In the 1992 Planned Parenthood v. Casey decision, the Supreme Court reaffirmed abortion rights

Decision continued the controversy that had started with the earlier Roe v. Wade ruling

Both sides in the abortion debate pushed for Supreme Court appointees who would support their views

Election of Clinton made it less likely the abortion opponents would win

Example illustrates three key points about court decisions

Some rulings are as consequential as nearly any law

Federal courts have considerable discretion in their rulings

Judiciary is a political as well as a legal institution

The chapter’s main points:

The federal judiciary consists of the Supreme Court, courts of appeals, and district courts

Judicial decisions are constrained by constitutional, statutory, and precedent law

The judiciary has become a powerful policymaking body in recent decades

The idea of judicial restraint

The idea of judicial activism

The Federal Judicial System

Introduction

Framers did not spell out in detail the full structure of the federal court system

Constitution establishes the Supreme Court; Congress can create lower courts

Federal judges nominated by president, confirmed by Senate

Most of these judges serve until they retire or die

No age, residency, or citizenship qualification for federal judgeship

No requirement for legal training, but tradition dictates this training

The Supreme Court of the United States (the nation’s highest court)

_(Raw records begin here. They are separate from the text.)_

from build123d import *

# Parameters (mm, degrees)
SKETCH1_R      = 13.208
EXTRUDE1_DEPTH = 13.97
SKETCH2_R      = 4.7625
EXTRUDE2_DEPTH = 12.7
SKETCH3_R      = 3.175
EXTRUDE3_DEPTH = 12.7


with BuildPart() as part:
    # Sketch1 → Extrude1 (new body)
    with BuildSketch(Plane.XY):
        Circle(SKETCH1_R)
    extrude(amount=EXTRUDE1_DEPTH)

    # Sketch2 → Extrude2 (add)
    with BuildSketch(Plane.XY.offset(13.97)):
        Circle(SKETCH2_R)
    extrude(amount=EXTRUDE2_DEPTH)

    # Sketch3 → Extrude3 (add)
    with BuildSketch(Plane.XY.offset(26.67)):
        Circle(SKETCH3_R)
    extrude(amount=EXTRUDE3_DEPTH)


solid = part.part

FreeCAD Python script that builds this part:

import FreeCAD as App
import Part
import Sketcher

V = App.Vector
Q = App.Units.Quantity

doc = App.newDocument("Part")
params = doc.addObject("Spreadsheet::Sheet", "Params")
for row, (alias, value) in enumerate([
    ("sketch1_diameter", "1.04 in"),
    ("pad1_length", "0.55 in"),
    ("sketch2_diameter", "0.375 in"),
    ("pad2_length", "0.5 in"),
    ("sketch3_diameter", "0.25 in"),
    ("pad3_length", "0.5 in"),
], start=1):
    params.set(f"A{row}", alias)
    params.set(f"B{row}", "=" + value)
    params.setAlias(f"B{row}", alias)

body = doc.addObject("PartDesign::Body", "Body")

sketch1 = body.newObject("Sketcher::SketchObject", "Sketch")
sketch1.AttachmentSupport = (doc.getObject("XY_Plane"), [""])
sketch1.MapMode = "FlatFace"
sketch1.addGeometry(Part.Circle(V(0, 0, 0), V(0, 0, 1), 13), False)
sketch1.addConstraint([
    Sketcher.Constraint("Coincident", 0, 3, -1, 1),
    Sketcher.Constraint("Diameter", 0, Q("1.04 in")),
])
sketch1.setExpression("Constraints[1]", "Params.sketch1_diameter")
pad1 = body.newObject("PartDesign::Pad", "Pad")
pad1.Profile = sketch1
pad1.setExpression("Length", "Params.pad1_length")

sketch2 = body.newObject("Sketcher::SketchObject", "Sketch001")
sketch2.AttachmentSupport = (doc.getObject("XY_Plane"), [""])
sketch2.MapMode = "FlatFace"
sketch2.AttachmentOffset = App.Placement(V(0, 0, 0.55 * 25.4), App.Rotation())
sketch2.addGeometry(Part.Circle(V(0, 0, 0), V(0, 0, 1), 4.8), False)
sketch2.addConstraint([
    Sketcher.Constraint("Coincident", 0, 3, -1, 1),
    Sketcher.Constraint("Diameter", 0, Q("0.375 in")),
])
sketch2.setExpression("Constraints[1]", "Params.sketch2_diameter")
pad2 = body.newObject("PartDesign::Pad", "Pad001")
pad2.Profile = sketch2
pad2.setExpression("Length", "Params.pad2_length")

sketch3 = body.newObject("Sketcher::SketchObject", "Sketch002")
sketch3.AttachmentSupport = (doc.getObject("XY_Plane"), [""])
sketch3.MapMode = "FlatFace"
sketch3.AttachmentOffset = App.Placement(V(0, 0, 1.05 * 25.4), App.Rotation())
sketch3.addGeometry(Part.Circle(V(0, 0, 0), V(0, 0, 1), 3.2), False)
sketch3.addConstraint([
    Sketcher.Constraint("Coincident", 0, 3, -1, 1),
    Sketcher.Constraint("Diameter", 0, Q("0.25 in")),
])
sketch3.setExpression("Constraints[1]", "Params.sketch3_diameter")
pad3 = body.newObject("PartDesign::Pad", "Pad002")
pad3.Profile = sketch3
pad3.setExpression("Length", "Params.pad3_length")

doc.recompute()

Introduction—chief justice presides;

Jurisdiction—authority to hear cases of a particular type

Both original and appellate jurisdiction

Appellate cases involve federal law, treaties, admiralty issues, etc.

Appellate courts do not retry cases but determine if lower court acted legally

Selecting Cases—applying past rules to present

Role of precedent—lower courts expected to follow

Most cases reach Supreme Court through a writ of certiorari

Losing party in lower-court case asks for Court’s review

Four of nine justices must agree

Each year Court accepts about a hundred cases out of seven thousand requests

Another one hundred to two hundred per curiam (unsigned decisions) statements

Court is likely to hear case requested by solicitor general

Of accepted cases, Court has reversed lower court three-fourths of the time

Court chooses cases "that involve substantial legal issues"

 

Deciding Cases

Attorneys from both sides present oral arguments (thirty minutes per side)

Justices then have secret judicial conference; chief justice presides

Chief Justice can be persuasive and a leader

Hughes, Marshall, and Rehnquist are examples

Issuing Decisions (support for one party) and Opinions (explain legal reasoning)

Majority opinion; if party of majority, Chief Justice may write opinion

Other justices must agree with written opinion

Majority opinion is often rewritten and rethought

Plurality opinion—view held by most of the justices in majority but not all

Concurring opinion—a justice agrees with majority but for other reasons

Dissenting opinion—justices who disagree with the majority position

Dissenting opinions can later become the Court’s majority position

Example: Black’s 1942 legal counsel position, adopted in 1963

Other Federal Courts (Supreme Court is not the only court of consequence)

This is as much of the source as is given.